The process where the data CSV files are validated, transformed and ingested into temporary staging tables. If the errors are in the coding or type casting of specific data, CSV files are generated in 'Project:dml_files/<job-id>/error_files/' folder to highlight specific rows where errors occurred.

The following validations and transformations are performed during staging phase.

  1. Empty field transformations.

  2. Data type transformations.

  3. If validation is enabled the following validations/transformations are performed:

    1. Infinity check: After data type transformation, if the double values are negative or positive infinity, the values are substituted with max double value and min double value supported.

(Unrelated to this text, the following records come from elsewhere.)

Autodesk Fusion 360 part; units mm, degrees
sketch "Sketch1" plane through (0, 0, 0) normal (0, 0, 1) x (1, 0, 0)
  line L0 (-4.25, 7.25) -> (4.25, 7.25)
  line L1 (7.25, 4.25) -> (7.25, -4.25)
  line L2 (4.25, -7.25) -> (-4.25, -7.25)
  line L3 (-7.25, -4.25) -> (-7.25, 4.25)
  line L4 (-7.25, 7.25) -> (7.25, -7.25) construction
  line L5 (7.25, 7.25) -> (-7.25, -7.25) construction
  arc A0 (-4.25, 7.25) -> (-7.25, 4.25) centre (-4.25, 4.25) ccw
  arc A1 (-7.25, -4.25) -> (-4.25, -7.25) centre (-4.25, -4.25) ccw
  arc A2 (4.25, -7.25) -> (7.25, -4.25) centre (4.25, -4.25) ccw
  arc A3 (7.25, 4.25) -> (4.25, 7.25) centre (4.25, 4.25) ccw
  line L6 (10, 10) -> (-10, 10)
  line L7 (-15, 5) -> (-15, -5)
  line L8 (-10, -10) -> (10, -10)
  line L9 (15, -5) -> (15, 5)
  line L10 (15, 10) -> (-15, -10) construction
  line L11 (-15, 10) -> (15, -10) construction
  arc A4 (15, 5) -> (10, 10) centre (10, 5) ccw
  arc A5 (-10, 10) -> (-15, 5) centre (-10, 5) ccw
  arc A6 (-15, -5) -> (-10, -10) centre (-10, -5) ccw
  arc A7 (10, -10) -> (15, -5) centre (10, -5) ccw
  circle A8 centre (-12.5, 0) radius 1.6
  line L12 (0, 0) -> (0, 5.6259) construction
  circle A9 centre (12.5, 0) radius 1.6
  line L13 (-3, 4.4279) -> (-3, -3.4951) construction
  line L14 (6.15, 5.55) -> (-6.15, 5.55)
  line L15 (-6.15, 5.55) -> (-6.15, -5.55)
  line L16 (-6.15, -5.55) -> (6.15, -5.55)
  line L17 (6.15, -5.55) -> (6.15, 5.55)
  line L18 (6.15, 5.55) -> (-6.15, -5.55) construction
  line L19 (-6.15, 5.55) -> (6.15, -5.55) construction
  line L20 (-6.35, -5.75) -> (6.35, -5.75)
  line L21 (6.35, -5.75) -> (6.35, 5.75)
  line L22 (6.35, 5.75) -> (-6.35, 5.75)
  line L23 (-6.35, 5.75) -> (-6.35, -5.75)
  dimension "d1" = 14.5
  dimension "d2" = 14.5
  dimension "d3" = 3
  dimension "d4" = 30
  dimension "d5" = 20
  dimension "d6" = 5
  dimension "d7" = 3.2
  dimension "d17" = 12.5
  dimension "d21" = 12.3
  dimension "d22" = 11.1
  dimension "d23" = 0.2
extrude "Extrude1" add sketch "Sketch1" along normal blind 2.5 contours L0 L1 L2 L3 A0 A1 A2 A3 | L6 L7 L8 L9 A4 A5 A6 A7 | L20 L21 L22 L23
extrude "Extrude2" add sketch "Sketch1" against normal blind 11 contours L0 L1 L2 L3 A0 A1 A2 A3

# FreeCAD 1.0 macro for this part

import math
import FreeCAD as App
import Part
import Sketcher
Q = App.Units.Quantity


def add_polygon(sketch, points):
    """Adds a closed chain of lines whose ends are joined by coincident constraints."""
    first, n = sketch.GeometryCount, len(points)
    for a, b in zip(points, points[1:] + points[:1]):
        sketch.addGeometry(Part.LineSegment(App.Vector(*a, 0), App.Vector(*b, 0)), False)
    for i in range(n):
        sketch.addConstraint(Sketcher.Constraint("Coincident", first + i, 2, first + (i + 1) % n, 1))

doc = App.newDocument("Part")
body = doc.addObject("PartDesign::Body", "Body")

sketch1 = body.newObject("Sketcher::SketchObject", "Sketch")
sketch1.AttachmentSupport = (doc.getObject("XY_Plane"), [""])
sketch1.MapMode = "FlatFace"
sketch1.addGeometry(Part.ArcOfCircle(Part.Circle(App.Vector(10, 5, 0), App.Vector(0, 0, 1), 5), math.radians(0), math.radians(90)), False)
sketch1.addGeometry(Part.LineSegment(App.Vector(10, 10, 0), App.Vector(-10, 10, 0)), False)
sketch1.addGeometry(Part.ArcOfCircle(Part.Circle(App.Vector(-10, 5, 0), App.Vector(0, 0, 1), 5), math.radians(90), math.radians(180)), False)
sketch1.addGeometry(Part.LineSegment(App.Vector(-15, 5, 0), App.Vector(-15, -5, 0)), False)
sketch1.addGeometry(Part.ArcOfCircle(Part.Circle(App.Vector(-10, -5, 0), App.Vector(0, 0, 1), 5), math.radians(180), math.radians(270)), False)
sketch1.addGeometry(Part.LineSegment(App.Vector(-10, -10, 0), App.Vector(10, -10, 0)), False)
sketch1.addGeometry(Part.ArcOfCircle(Part.Circle(App.Vector(10, -5, 0), App.Vector(0, 0, 1), 5), math.radians(-90), math.radians(0)), False)
sketch1.addGeometry(Part.LineSegment(App.Vector(15, -5, 0), App.Vector(15, 5, 0)), False)
sketch1.addGeometry(Part.Circle(App.Vector(-12.5, 0, 0), App.Vector(0, 0, 1), 1.6), False)
sketch1.addGeometry(Part.Circle(App.Vector(12.5, 0, 0), App.Vector(0, 0, 1), 1.6), False)
add_polygon(sketch1, [(-6.15, 5.55), (6.15, 5.55), (6.15, -5.55), (-6.15, -5.55)])
sketch1.addConstraint([
    Sketcher.Constraint("Tangent", 0, 2, 1, 1),
    Sketcher.Constraint("Tangent", 1, 2, 2, 1),
    Sketcher.Constraint("Tangent", 2, 2, 3, 1),
    Sketcher.Constraint("Tangent", 3, 2, 4, 1),
    Sketcher.Constraint("Tangent", 4, 2, 5, 1),
    Sketcher.Constraint("Tangent", 5, 2, 6, 1),
    Sketcher.Constraint("Tangent", 6, 2, 7, 1),
    Sketcher.Constraint("Tangent", 7, 2, 0, 1),
    Sketcher.Constraint("Horizontal", 1),
    Sketcher.Constraint("Vertical", 3),
    Sketcher.Constraint("Horizontal", 5),
    Sketcher.Constraint("Vertical", 7),
    Sketcher.Constraint("Horizontal", 10),
    Sketcher.Constraint("Vertical", 11),
    Sketcher.Constraint("Horizontal", 12),
    Sketcher.Constraint("Vertical", 13),
    Sketcher.Constraint("Equal", 0, 2),
    Sketcher.Constraint("Equal", 2, 4),
    Sketcher.Constraint("Equal", 4, 6),
    Sketcher.Constraint("Equal", 8, 9),
    Sketcher.Constraint("Symmetric", 0, 3, 4, 3, -1, 1),
    Sketcher.Constraint("Symmetric", 8, 3, 9, 3, -1, 1),
    Sketcher.Constraint("Symmetric", 10, 2, 12, 2, -1, 1),
    Sketcher.Constraint("PointOnObject", 8, 3, -1),
    Sketcher.Constraint("Radius", 0, Q("5 mm")),
    Sketcher.Constraint("Diameter", 8, Q("3.2 mm")),
    Sketcher.Constraint("DistanceX", 1, 2, 1, 1, Q("20 mm")),
    Sketcher.Constraint("DistanceX", 10, 1, 10, 2, Q("12.3 mm")),
    Sketcher.Constraint("DistanceY", 11, 2, 11, 1, Q("11.1 mm")),
    Sketcher.Constraint("DistanceY", -1, 1, 0, 3, Q("5 mm")),
    Sketcher.Constraint("DistanceX", 8, 3, -1, 1, Q("12.5 mm")),
])
pad1 = body.newObject("PartDesign::Pad", "Pad")
pad1.Profile = sketch1
pad1.Length = 2.5

sketch2 = body.newObject("Sketcher::SketchObject", "Sketch001")
sketch2.AttachmentSupport = (doc.getObject("XY_Plane"), [""])
sketch2.MapMode = "FlatFace"
sketch2.addGeometry(Part.LineSegment(App.Vector(4.25, 7.25, 0), App.Vector(-4.25, 7.25, 0)), False)
sketch2.addGeometry(Part.ArcOfCircle(Part.Circle(App.Vector(-4.25, 4.25, 0), App.Vector(0, 0, 1), 3), math.radians(90), math.radians(180)), False)
sketch2.addGeometry(Part.LineSegment(App.Vector(-7.25, 4.25, 0), App.Vector(-7.25, -4.25, 0)), False)
sketch2.addGeometry(Part.ArcOfCircle(Part.Circle(App.Vector(-4.25, -4.25, 0), App.Vector(0, 0, 1), 3), math.radians(180), math.radians(270)), False)
sketch2.addGeometry(Part.LineSegment(App.Vector(-4.25, -7.25, 0), App.Vector(4.25, -7.25, 0)), False)
sketch2.addGeometry(Part.ArcOfCircle(Part.Circle(App.Vector(4.25, -4.25, 0), App.Vector(0, 0, 1), 3), math.radians(-90), math.radians(0)), False)
sketch2.addGeometry(Part.LineSegment(App.Vector(7.25, -4.25, 0), App.Vector(7.25, 4.25, 0)), False)
sketch2.addGeometry(Part.ArcOfCircle(Part.Circle(App.Vector(4.25, 4.25, 0), App.Vector(0, 0, 1), 3), math.radians(0), math.radians(90)), False)
add_polygon(sketch2, [(6.35, -5.75), (-6.35, -5.75), (-6.35, 5.75), (6.35, 5.75)])
sketch2.addConstraint([
    Sketcher.Constraint("Tangent", 0, 2, 1, 1),
    Sketcher.Constraint("Tangent", 1, 2, 2, 1),
    Sketcher.Constraint("Tangent", 2, 2, 3, 1),
    Sketcher.Constraint("Tangent", 3, 2, 4, 1),
    Sketcher.Constraint("Tangent", 4, 2, 5, 1),
    Sketcher.Constraint("Tangent", 5, 2, 6, 1),
    Sketcher.Constraint("Tangent", 6, 2, 7, 1),
    Sketcher.Constraint("Tangent", 7, 2, 0, 1),
    Sketcher.Constraint("Horizontal", 0),
    Sketcher.Constraint("Vertical", 2),
    Sketcher.Constraint("Horizontal", 4),
    Sketcher.Constraint("Vertical", 6),
    Sketcher.Constraint("Horizontal", 8),
    Sketcher.Constraint("Vertical", 9),
    Sketcher.Constraint("Horizontal", 10),
    Sketcher.Constraint("Vertical", 11),
    Sketcher.Constraint("Equal", 1, 3),
    Sketcher.Constraint("Equal", 3, 5),
    Sketcher.Constraint("Equal", 5, 7),
    Sketcher.Constraint("Symmetric", 1, 3, 5, 3, -1, 1),
    Sketcher.Constraint("Symmetric", 8, 2, 10, 2, -1, 1),
    Sketcher.Constraint("Equal", 4, 2),
    Sketcher.Constraint("Radius", 1, Q("3 mm")),
    Sketcher.Constraint("DistanceX", 0, 2, 0, 1, Q("8.5 mm")),
    Sketcher.Constraint("DistanceX", 8, 2, 8, 1, Q("12.7 mm")),
    Sketcher.Constraint("DistanceY", 9, 1, 9, 2, Q("11.5 mm")),
])
pad2 = body.newObject("PartDesign::Pad", "Pad001")
pad2.Profile = sketch2
pad2.Length = 11
pad2.Reversed = True

doc.recompute()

    2. Distinct array : Array fields are transformed to contain distinct values.

    3. Valid code : If the field is coded, check if the value is a valid code.

    4. Primary key : Check if primary key is set.

    5. Generate error details: If any of the validation fails, `error_details` column is added which contains the cause of failure which will be part of the error files generated.

  4. Add of helper columns for usage throughout the system.

    1. These helper columns are added for hierarchical fields.

At the end of this stage, the staging tables (<entity-name>_staging) are created.

Finalizing

Once all the files are staged successfully, final tables are created. During this move, all data, even if it was ingested incrementally, is moved to final tables (<entity_name).

Dataset Creation

If all the final tables are created successfully, dataset record will be created in the project. The dataset is created based on the data dictionary and the entity metadata (entity dictionary) files that provided.

Outputs

  • Database - the id of the database used is returned. In the UI this is shown as the database object.

  • Dataset - The dataset record created.

  • Dashboard View - If a dashboard was configured, a dashboard view will be created based on the dataset.

  • Logs - Available under 'Project: dml_files/<job-id>/logs/'.

    • data_loader.log - Logs on the process being run. This is a superset of the stdout and stderr and is useful when troubleshooting.

    • Spark cluster logs - for advanced troubleshooting.